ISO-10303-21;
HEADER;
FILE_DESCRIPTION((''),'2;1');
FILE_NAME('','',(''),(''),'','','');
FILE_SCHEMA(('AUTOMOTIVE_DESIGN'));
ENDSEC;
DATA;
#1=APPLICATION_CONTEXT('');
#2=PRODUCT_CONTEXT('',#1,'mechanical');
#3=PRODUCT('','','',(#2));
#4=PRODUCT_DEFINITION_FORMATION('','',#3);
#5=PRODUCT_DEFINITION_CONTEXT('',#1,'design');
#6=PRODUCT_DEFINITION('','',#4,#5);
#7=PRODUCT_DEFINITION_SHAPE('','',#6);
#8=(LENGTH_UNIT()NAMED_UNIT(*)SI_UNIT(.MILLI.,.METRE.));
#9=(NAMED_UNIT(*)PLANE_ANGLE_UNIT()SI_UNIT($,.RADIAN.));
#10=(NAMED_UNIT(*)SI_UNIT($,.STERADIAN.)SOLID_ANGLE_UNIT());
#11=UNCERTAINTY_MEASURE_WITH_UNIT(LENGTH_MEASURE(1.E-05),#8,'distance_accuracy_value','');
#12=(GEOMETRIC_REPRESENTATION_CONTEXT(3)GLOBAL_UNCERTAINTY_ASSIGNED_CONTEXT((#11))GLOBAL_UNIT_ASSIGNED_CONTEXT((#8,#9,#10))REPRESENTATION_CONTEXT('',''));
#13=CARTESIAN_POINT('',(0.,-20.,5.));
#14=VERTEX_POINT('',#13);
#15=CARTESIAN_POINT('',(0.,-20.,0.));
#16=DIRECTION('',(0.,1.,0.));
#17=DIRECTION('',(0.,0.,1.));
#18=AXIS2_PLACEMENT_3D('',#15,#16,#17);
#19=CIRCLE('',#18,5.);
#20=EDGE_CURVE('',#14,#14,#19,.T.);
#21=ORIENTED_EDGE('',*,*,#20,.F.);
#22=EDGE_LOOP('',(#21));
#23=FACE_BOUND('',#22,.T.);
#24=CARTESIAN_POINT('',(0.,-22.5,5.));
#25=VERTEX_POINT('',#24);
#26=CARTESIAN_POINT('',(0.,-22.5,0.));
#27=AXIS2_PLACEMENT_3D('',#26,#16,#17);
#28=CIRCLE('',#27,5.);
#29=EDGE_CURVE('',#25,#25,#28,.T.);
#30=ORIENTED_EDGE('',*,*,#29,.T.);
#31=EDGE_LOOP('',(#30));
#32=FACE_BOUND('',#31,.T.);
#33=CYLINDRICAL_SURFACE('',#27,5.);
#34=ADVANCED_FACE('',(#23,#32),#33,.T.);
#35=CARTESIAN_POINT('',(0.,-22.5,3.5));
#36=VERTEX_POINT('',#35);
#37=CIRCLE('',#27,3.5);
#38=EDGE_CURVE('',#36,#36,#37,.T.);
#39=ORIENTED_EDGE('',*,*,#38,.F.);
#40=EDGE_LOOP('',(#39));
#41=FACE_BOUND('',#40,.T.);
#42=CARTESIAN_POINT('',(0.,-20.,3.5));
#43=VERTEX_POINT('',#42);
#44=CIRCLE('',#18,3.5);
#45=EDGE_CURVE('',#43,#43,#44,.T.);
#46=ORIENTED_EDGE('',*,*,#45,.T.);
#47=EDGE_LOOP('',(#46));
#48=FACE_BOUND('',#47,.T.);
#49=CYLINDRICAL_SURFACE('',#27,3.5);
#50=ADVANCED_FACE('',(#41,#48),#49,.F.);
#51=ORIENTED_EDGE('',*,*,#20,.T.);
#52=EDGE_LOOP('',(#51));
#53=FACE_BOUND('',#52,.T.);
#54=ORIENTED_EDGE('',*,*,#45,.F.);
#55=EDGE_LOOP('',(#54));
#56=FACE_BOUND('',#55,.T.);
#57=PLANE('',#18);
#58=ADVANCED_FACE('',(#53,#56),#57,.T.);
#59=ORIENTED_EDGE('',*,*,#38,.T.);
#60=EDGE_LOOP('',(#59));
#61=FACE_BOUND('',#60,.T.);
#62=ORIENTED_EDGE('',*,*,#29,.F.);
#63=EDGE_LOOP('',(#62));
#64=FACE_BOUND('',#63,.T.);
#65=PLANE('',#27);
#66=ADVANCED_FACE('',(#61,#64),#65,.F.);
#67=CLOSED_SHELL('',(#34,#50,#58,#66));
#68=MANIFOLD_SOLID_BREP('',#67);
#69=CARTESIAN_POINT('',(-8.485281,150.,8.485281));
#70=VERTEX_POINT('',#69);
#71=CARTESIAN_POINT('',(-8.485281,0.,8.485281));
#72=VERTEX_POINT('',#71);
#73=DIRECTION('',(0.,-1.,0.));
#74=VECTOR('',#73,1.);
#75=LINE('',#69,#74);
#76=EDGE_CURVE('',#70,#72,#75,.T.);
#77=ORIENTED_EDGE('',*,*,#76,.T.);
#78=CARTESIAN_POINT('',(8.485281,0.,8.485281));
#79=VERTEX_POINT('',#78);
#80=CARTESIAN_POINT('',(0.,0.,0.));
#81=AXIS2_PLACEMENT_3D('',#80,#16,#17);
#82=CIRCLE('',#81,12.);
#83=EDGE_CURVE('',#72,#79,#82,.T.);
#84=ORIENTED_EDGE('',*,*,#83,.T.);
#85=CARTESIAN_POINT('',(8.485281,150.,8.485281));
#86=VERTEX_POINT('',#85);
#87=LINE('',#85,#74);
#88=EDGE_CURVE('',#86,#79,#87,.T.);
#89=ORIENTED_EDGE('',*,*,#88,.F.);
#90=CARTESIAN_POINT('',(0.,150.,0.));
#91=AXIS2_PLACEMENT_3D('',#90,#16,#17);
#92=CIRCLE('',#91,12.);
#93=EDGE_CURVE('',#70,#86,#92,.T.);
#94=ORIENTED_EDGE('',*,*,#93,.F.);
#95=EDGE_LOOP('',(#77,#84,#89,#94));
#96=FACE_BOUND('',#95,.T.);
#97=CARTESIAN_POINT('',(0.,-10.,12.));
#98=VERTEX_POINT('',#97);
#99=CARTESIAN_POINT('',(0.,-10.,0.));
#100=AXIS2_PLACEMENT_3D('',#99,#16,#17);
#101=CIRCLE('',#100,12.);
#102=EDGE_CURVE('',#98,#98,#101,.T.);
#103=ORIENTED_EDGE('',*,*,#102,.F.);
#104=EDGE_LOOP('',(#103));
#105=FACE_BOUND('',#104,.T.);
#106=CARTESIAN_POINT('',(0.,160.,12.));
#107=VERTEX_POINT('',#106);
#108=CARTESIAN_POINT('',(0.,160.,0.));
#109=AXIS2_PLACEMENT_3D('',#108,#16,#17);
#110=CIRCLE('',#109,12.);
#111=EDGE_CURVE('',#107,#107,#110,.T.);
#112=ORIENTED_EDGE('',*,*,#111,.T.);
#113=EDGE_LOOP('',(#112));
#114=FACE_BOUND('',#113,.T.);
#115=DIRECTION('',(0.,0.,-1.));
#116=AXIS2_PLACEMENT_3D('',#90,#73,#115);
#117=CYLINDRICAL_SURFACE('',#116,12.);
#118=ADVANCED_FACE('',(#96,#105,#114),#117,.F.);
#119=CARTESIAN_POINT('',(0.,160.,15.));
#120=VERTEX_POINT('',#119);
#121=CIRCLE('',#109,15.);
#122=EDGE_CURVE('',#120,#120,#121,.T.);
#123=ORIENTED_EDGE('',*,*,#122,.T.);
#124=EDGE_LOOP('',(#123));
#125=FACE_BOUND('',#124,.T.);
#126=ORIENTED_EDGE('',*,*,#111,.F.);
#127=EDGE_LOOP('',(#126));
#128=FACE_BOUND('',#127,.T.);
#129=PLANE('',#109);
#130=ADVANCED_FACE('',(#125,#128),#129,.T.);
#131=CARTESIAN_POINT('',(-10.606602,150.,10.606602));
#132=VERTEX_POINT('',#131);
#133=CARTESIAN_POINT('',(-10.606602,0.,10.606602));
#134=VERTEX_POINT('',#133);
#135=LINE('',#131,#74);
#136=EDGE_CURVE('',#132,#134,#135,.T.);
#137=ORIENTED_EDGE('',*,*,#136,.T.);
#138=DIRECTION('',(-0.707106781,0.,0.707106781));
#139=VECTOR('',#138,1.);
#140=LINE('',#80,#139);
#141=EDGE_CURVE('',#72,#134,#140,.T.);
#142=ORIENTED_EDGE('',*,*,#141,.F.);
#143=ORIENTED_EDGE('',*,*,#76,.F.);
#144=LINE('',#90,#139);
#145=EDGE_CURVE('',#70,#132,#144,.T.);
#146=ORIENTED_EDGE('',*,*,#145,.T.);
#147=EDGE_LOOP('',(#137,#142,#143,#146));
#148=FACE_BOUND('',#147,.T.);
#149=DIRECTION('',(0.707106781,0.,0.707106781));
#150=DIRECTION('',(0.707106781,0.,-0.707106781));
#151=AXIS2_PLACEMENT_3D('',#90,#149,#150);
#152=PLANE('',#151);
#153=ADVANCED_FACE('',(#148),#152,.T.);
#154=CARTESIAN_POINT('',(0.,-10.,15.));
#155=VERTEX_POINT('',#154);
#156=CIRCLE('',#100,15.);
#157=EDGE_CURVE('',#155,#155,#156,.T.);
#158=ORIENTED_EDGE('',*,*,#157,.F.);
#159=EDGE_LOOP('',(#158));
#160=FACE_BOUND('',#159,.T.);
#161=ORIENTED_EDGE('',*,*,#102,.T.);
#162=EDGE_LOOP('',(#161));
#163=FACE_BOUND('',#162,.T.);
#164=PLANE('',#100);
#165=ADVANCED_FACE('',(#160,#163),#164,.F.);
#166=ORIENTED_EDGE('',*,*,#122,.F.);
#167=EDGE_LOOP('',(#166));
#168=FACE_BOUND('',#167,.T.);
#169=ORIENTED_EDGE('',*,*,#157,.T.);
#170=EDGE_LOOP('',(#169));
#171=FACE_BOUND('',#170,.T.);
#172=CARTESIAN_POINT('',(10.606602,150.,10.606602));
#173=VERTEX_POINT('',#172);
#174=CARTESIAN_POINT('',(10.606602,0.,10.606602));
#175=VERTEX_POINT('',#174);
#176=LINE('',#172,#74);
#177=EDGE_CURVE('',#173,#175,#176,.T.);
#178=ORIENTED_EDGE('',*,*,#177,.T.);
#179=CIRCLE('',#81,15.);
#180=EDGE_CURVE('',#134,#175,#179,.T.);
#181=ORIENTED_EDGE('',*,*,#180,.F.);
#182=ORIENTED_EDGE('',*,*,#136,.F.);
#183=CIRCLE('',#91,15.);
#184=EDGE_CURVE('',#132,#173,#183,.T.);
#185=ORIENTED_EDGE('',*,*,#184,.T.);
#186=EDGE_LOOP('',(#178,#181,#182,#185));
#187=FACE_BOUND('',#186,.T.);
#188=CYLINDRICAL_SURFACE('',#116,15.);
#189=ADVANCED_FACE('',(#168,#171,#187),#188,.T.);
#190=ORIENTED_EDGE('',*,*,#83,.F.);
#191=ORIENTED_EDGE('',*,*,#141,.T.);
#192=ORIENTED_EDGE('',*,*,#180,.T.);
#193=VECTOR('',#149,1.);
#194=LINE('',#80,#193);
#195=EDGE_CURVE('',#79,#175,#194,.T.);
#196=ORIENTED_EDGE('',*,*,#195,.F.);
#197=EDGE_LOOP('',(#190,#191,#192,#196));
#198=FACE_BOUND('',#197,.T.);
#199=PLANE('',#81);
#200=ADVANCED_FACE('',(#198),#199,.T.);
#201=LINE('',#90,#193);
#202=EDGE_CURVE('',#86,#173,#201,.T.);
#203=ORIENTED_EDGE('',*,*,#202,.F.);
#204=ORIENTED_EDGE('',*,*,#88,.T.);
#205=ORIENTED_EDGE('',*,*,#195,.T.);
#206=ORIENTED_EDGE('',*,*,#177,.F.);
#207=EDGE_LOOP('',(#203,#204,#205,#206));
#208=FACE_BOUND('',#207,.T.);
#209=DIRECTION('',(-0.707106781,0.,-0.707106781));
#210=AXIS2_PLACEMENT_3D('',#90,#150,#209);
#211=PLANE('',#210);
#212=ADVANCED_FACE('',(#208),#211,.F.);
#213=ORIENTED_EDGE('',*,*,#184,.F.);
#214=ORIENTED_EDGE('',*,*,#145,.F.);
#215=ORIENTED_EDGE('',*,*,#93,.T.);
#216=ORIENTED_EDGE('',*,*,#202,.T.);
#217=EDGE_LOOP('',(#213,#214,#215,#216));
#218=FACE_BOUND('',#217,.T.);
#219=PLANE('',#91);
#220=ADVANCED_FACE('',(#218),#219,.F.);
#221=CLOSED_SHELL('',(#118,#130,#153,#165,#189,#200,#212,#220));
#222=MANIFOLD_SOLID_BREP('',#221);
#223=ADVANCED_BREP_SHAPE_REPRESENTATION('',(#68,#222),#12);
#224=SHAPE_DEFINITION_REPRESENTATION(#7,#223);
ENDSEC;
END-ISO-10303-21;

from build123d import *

# Parameters (mm, degrees)
INNER_TUBE_DEPTH     = 150
BOTTOM_EXTRUDE_DEPTH = 10
TOP_START            = 150
TOP_EXTRUDE_DEPTH    = 10
BOSS_EXTRUDE4_START  = -20
SKETCH1_8_R          = 5
SKETCH1_8_R_2        = 3.5
BOSS_EXTRUDE4_DEPTH  = 2.5


with BuildPart() as part:
    # Sketch1 → Inner Tube (new body)
    with BuildSketch(Plane(origin=(0, 0, 0), x_dir=(1, 0, 0), z_dir=(0, 1, 0))):
        with BuildLine():
            Line((-10.606601718, -10.606601718), (-8.485281374, -8.485281374))
            ThreePointArc((-8.485281374, -8.485281374), (-4.592201188, 11.08655439), (12, 0))
            ThreePointArc((12, 0), (11.08655439, -4.592201188), (8.485281374, -8.485281374))
            Line((8.485281374, -8.485281374), (10.606601718, -10.606601718))
            ThreePointArc((10.606601718, -10.606601718), (13.858192988, -5.740251485), (15, 0))
            ThreePointArc((15, 0), (-5.740251485, 13.858192988), (-10.606601718, -10.606601718))
        make_face()
    extrude(amount=INNER_TUBE_DEPTH)

    # Sketch1<3> → Bottom Extrude (add)
    with BuildSketch(Plane(origin=(0, 0, 0), x_dir=(1, 0, 0), z_dir=(0, 1, 0))):
        with BuildLine():
            ThreePointArc((8.485281374, -8.485281374), (0, -12), (-8.485281374, -8.485281374))
            Line((-8.485281374, -8.485281374), (-10.606601718, -10.606601718))
            ThreePointArc((-10.606601718, -10.606601718), (0, -15), (10.606601718, -10.606601718))
            Line((10.606601718, -10.606601718), (8.485281374, -8.485281374))
        make_face()
        with BuildLine():
            Line((-10.606601718, -10.606601718), (-8.485281374, -8.485281374))
            ThreePointArc((-8.485281374, -8.485281374), (-4.592201188, 11.08655439), (12, 0))
            ThreePointArc((12, 0), (11.08655439, -4.592201188), (8.485281374, -8.485281374))
            Line((8.485281374, -8.485281374), (10.606601718, -10.606601718))
            ThreePointArc((10.606601718, -10.606601718), (13.858192988, -5.740251485), (15, 0))
            ThreePointArc((15, 0), (-5.740251485, 13.858192988), (-10.606601718, -10.606601718))
        make_face()
    extrude(amount=-BOTTOM_EXTRUDE_DEPTH)

    # Sketch1<4> → Top Extrude (add)
    with BuildSketch(Plane(origin=(0, 0, 0), x_dir=(1, 0, 0), z_dir=(0, 1, 0)).offset(TOP_START)):
        with BuildLine():
            ThreePointArc((8.485281374, -8.485281374), (0, -12), (-8.485281374, -8.485281374))
            Line((-8.485281374, -8.485281374), (-10.606601718, -10.606601718))
            ThreePointArc((-10.606601718, -10.606601718), (0, -15), (10.606601718, -10.606601718))
            Line((10.606601718, -10.606601718), (8.485281374, -8.485281374))
        make_face()
        with BuildLine():
            Line((-10.606601718, -10.606601718), (-8.485281374, -8.485281374))
            ThreePointArc((-8.485281374, -8.485281374), (-4.592201188, 11.08655439), (12, 0))
            ThreePointArc((12, 0), (11.08655439, -4.592201188), (8.485281374, -8.485281374))
            Line((8.485281374, -8.485281374), (10.606601718, -10.606601718))
            ThreePointArc((10.606601718, -10.606601718), (13.858192988, -5.740251485), (15, 0))
            ThreePointArc((15, 0), (-5.740251485, 13.858192988), (-10.606601718, -10.606601718))
        make_face()
    extrude(amount=TOP_EXTRUDE_DEPTH)


with BuildPart() as body_2:
    # Sketch1<8> → Boss-Extrude4 (new body)
    with BuildSketch(Plane(origin=(0, 0, 0), x_dir=(1, 0, 0), z_dir=(0, 1, 0)).offset(BOSS_EXTRUDE4_START)):
        Circle(SKETCH1_8_R)
        Circle(SKETCH1_8_R_2, mode=Mode.SUBTRACT)
    extrude(amount=-BOSS_EXTRUDE4_DEPTH)


solid = Compound([part.part, body_2.part])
+-------+
● **Problem statement**: What this exercise asks for is every line of the data above with the word "VECTOR".

● **Result**:
#74=VECTOR('',#73,1.);
#139=VECTOR('',#138,1.);
#193=VECTOR('',#149,1.);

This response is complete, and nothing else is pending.